Two thoughts on horizontal segmentation of database The problems that must be considered in the database to withstand the maximum amount of data

Source: Internet
Author: User
Tags md5 hash sprintf

In large and medium-sized projects, when the database is designed, the database or data table is usually split horizontally to reduce the pressure of a single library and a single table, taking into account the maximum amount of data that can be sustained. This section describes the data-table segmentation methods commonly used in two projects. Of course these methods are all in the program? Use a certain technique to route to a specific table. First of all, we need to confirm what to slice horizontally? In our system (SNS), the user's UID runs through the system, the only self-growth, according to this field sub-table, and better.

Method One: Use the MD5 hash

The procedure is to MD5 the UID and then take the first few (we take the first two bits) and then hash the different UID into a different user table (USER_XX).

1 functiongetTable( $uid){
2   $extsubstr( md5($uid) ,0 ,2 );
3   return"user_".$ext;
4 }

With this technique, we can scatter different UID into 256 user tables, user_00,user_01 ... user_ff. Because the UID is a number and increment, according to the MD5 algorithm, the user data can be almost evenly divided into different users table.

But there is a problem here, if we have more and more users of the system, it is bound to increase the amount of data on a single table, and according to this algorithm can not extend the table, this will return to the beginning of the article problems.

Method Two: Use Shift

The specific methods are:

1 publicfunction getTable( $uid) {
2  return"user_" . sprintf( "d", ($uid>> 20) );
3 }

Here, we will move the UID to the right 20 bits, so that we can put about the first 1 million of the user data in table user_0000, the second 1 million of the user data placed in the second table user_0001, so continue, if our users more and more, Just add the user table directly. Since we have reserved a table suffix of four bits, here we can add 10,000 user tables, namely user_0000,user_0001 ... user_9999. 10,000 tables, 1 million data per table, we can save 10 billion user records. Of course, if you have more user data than this, it does not matter, you just change the reserved table suffix to increase the table can be expanded, such as if there are 100 billion data, each table 1 million, then you need 100,000 tables, we just keep the table suffix 6 bits.

The above algorithm can also write a flexible point:

01 /**
02  * 根据UID分表算法
03  *
04  * @param int $uid  //用户ID
05  * @param int $bit    //表后缀保留几位
06  * @param int $seed //向右移动位数
07  */
08 functiongetTable( $uid , $bit , $seed){
09   return"user_" . sprintf( "%0{$bit}d" , ($uid>> $seed) );
10 }
Summarize

Both of these methods make the largest possible estimate of the amount of user data in our current system and estimate the maximum capacity of a single table in the database.

For example, if we estimate that the user of our system is 10 billion and the optimal data volume for a single table is 1 million, then we need to move the UID 20来 to ensure that each table is 1 million data, and the user table (USER_XXXX) Four bits are reserved to expand 10,000 tables.

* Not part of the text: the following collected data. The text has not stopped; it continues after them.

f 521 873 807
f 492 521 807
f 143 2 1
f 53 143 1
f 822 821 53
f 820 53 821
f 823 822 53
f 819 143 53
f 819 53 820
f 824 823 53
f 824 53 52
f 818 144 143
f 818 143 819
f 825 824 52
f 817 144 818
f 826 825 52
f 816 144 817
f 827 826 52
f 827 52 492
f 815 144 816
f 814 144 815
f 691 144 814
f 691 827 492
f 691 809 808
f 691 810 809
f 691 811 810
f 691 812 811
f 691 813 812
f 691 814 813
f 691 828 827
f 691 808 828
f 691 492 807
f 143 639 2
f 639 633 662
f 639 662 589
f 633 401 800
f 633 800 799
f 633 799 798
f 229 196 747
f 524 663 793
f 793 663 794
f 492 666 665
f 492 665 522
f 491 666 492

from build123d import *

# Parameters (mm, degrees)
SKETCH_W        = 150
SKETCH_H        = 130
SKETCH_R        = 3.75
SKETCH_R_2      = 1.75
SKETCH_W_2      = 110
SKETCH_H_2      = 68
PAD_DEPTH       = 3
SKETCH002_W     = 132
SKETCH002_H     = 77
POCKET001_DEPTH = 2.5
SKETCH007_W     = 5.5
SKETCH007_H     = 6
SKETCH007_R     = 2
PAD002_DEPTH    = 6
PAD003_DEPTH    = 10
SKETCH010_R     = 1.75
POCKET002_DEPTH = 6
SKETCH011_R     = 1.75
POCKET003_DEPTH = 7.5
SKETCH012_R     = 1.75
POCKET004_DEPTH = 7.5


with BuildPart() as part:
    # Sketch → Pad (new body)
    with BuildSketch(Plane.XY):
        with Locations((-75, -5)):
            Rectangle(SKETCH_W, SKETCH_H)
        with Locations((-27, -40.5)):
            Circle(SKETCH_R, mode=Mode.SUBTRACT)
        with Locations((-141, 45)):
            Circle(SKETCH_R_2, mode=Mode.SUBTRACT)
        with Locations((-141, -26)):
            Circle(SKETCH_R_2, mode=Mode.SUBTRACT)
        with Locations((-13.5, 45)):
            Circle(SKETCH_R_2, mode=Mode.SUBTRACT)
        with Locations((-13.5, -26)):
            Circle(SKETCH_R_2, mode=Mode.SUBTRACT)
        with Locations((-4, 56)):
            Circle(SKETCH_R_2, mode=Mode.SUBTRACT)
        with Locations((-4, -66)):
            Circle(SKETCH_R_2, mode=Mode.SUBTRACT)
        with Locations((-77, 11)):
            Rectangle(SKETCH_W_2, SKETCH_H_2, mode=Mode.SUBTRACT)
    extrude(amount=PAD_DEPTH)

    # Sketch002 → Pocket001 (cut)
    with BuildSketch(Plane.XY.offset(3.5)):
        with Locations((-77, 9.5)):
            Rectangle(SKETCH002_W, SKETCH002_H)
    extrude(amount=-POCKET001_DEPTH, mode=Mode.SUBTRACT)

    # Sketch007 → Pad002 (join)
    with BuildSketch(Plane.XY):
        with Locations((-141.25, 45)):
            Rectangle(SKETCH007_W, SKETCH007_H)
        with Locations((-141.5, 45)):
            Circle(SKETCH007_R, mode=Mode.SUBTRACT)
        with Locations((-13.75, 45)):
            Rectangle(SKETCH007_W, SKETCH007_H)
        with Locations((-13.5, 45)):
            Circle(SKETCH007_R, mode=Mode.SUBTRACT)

Again, as the first scheme, each table 1 million, MD5 after the first two, there can only be 256 tables, the total system database is: 256*100 million; If you have a system with more total data than this, you will definitely want to MD5 the top three or four or even more bits.

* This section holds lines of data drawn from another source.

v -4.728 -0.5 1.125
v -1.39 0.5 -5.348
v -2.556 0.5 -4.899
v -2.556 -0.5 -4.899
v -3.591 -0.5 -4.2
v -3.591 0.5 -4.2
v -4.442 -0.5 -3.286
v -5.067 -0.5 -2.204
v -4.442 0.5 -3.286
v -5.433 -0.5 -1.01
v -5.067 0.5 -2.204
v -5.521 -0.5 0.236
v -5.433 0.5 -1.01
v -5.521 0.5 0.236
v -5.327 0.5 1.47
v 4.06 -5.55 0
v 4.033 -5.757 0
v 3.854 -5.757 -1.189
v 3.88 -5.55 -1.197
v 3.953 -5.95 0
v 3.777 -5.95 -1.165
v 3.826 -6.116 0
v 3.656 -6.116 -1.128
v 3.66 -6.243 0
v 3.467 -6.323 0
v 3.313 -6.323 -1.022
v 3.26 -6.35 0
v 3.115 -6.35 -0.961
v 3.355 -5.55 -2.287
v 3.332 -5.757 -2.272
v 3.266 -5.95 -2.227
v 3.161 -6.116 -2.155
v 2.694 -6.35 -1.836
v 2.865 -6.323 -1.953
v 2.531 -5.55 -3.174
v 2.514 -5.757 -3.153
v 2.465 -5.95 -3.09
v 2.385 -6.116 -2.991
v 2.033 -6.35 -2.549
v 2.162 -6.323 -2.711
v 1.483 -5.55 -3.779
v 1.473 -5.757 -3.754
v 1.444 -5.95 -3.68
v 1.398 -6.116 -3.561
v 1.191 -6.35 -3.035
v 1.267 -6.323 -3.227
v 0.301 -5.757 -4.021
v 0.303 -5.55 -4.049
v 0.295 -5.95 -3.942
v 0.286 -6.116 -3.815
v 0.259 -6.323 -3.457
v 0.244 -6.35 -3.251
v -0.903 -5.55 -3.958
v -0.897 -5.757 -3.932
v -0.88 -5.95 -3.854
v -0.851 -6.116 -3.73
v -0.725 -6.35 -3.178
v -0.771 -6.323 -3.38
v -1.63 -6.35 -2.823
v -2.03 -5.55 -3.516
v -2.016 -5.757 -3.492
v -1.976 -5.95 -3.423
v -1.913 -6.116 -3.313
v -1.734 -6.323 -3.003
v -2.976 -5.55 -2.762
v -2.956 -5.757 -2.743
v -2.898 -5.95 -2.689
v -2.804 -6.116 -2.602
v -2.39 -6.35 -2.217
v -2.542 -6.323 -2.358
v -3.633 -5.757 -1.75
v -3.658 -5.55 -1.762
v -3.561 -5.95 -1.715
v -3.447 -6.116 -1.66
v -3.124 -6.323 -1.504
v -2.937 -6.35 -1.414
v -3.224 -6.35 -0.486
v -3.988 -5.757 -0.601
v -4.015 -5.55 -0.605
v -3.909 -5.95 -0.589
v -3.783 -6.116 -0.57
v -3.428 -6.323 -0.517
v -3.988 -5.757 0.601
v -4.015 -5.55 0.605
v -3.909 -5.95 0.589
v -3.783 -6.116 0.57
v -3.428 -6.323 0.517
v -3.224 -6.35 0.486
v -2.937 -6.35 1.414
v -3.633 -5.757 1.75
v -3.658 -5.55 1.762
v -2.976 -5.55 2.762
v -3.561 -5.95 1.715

Both methods are to slice the data horizontally into different tables, and the second method is more extensible than the first.

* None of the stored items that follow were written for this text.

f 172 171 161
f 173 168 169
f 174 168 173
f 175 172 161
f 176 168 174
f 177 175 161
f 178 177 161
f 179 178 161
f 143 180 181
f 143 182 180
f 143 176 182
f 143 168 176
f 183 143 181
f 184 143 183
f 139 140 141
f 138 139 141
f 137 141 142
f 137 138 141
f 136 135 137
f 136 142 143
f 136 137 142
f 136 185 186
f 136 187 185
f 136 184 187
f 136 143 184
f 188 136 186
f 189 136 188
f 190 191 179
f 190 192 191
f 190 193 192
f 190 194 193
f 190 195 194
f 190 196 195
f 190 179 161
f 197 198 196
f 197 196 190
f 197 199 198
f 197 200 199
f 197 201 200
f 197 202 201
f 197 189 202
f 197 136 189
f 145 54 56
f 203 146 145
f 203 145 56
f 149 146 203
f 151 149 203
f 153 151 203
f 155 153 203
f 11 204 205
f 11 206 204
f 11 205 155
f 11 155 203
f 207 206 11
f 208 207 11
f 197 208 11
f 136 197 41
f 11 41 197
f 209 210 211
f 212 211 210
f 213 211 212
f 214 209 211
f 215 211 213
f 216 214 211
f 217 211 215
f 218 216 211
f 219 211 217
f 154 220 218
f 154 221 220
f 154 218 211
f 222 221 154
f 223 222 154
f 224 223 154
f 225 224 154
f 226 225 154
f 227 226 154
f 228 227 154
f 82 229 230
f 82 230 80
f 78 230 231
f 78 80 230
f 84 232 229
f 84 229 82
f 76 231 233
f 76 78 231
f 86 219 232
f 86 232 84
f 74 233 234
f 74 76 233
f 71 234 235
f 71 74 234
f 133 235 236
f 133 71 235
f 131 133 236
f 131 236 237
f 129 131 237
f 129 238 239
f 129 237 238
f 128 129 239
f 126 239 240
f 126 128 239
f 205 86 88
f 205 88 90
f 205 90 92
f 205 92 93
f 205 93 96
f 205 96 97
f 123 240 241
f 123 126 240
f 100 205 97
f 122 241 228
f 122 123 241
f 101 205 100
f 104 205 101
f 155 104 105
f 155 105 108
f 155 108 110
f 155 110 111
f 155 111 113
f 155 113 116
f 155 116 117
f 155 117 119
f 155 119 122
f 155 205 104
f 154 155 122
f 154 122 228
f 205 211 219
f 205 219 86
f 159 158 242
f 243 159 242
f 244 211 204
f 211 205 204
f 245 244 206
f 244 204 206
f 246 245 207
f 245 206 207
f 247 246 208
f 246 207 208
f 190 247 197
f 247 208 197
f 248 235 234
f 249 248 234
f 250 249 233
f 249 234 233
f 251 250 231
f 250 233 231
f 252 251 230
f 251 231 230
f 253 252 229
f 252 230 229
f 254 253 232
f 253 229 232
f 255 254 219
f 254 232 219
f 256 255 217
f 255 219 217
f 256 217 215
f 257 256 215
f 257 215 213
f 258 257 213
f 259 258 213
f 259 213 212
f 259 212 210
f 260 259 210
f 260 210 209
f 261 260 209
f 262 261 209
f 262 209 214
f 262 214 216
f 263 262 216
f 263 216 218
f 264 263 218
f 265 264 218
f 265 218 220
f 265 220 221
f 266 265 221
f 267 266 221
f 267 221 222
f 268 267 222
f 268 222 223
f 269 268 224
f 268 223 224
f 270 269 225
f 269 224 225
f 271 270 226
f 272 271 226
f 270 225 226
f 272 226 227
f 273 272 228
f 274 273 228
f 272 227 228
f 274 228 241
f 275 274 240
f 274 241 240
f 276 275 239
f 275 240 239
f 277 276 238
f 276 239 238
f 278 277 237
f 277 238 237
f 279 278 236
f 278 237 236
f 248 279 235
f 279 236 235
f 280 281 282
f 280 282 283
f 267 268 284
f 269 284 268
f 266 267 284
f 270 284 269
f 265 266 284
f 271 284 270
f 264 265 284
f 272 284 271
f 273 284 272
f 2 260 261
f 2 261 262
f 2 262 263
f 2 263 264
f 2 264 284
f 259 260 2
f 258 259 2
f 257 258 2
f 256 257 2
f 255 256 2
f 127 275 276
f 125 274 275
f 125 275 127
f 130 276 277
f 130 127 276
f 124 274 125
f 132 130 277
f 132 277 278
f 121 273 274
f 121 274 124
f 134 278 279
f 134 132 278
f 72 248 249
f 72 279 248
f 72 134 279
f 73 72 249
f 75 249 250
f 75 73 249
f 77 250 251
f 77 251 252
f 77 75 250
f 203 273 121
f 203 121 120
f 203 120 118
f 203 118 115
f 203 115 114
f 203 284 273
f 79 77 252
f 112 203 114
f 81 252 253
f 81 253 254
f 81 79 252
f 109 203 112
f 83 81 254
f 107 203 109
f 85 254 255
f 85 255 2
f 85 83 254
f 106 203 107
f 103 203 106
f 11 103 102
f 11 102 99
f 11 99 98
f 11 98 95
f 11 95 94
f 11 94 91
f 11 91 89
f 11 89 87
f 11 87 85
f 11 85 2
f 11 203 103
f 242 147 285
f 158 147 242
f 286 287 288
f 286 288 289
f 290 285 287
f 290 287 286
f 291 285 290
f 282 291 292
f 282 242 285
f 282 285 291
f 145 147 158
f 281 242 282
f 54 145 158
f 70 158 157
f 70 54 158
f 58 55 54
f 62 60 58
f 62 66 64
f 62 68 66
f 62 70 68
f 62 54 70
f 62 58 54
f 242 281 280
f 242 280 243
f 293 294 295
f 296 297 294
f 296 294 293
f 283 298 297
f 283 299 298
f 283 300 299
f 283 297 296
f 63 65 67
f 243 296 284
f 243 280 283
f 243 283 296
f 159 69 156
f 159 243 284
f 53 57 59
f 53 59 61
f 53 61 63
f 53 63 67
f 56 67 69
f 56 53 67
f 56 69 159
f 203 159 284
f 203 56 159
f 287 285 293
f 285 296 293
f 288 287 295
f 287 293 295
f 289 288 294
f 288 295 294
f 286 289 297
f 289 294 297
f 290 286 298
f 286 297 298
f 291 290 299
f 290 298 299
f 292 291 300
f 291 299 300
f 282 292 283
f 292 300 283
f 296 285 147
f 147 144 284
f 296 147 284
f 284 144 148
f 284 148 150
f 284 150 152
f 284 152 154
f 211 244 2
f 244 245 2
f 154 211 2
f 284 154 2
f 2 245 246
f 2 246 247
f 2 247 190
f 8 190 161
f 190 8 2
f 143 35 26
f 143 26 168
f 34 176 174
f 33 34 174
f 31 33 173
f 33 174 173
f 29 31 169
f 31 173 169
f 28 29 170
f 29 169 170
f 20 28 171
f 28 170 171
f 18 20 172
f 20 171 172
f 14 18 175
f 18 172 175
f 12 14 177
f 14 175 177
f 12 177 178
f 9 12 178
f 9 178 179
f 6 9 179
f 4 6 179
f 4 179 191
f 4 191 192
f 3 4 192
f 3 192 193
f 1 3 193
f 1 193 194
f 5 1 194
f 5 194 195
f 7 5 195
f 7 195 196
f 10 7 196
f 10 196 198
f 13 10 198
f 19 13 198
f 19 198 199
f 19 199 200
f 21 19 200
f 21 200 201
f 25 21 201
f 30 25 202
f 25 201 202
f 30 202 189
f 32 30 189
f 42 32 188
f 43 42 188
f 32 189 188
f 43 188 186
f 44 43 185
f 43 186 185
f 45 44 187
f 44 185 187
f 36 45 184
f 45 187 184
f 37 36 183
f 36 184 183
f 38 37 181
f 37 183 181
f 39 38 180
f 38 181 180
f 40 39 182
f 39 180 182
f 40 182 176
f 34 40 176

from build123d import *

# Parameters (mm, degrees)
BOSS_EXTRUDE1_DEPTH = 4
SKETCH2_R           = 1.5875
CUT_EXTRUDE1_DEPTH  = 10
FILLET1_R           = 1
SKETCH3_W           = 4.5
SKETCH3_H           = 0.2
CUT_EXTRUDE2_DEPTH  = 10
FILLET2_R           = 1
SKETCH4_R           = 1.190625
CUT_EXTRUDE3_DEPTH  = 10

Go to (http://www.nowamagic.net/librarys/veda/detail/1528)

(go) Two ideas of horizontal segmentation of database The issues that must be considered in the database to withstand the maximum amount of data

Contact Us

The content source of this page is from Internet, which doesn't represent Alibaba Cloud's opinion; products and services mentioned on that page don't have any relationship with Alibaba Cloud. If the content of the page makes you feel confusing, please write us an email, we will handle the problem within 5 days after receiving your email.

If you find any instances of plagiarism from the community, please send an email to: info-contact@alibabacloud.com and provide relevant evidence. A staff member will contact you within 5 working days.

A Free Trial That Lets You Build Big!

Start building with 50+ products and up to 12 months usage for Elastic Compute Service

  • Sales Support

    1 on 1 presale consultation

  • After-Sales Support

    24/7 Technical Support 6 Free Tickets per Quarter Faster Response

  • Alibaba Cloud offers highly flexible support services tailored to meet your exact needs.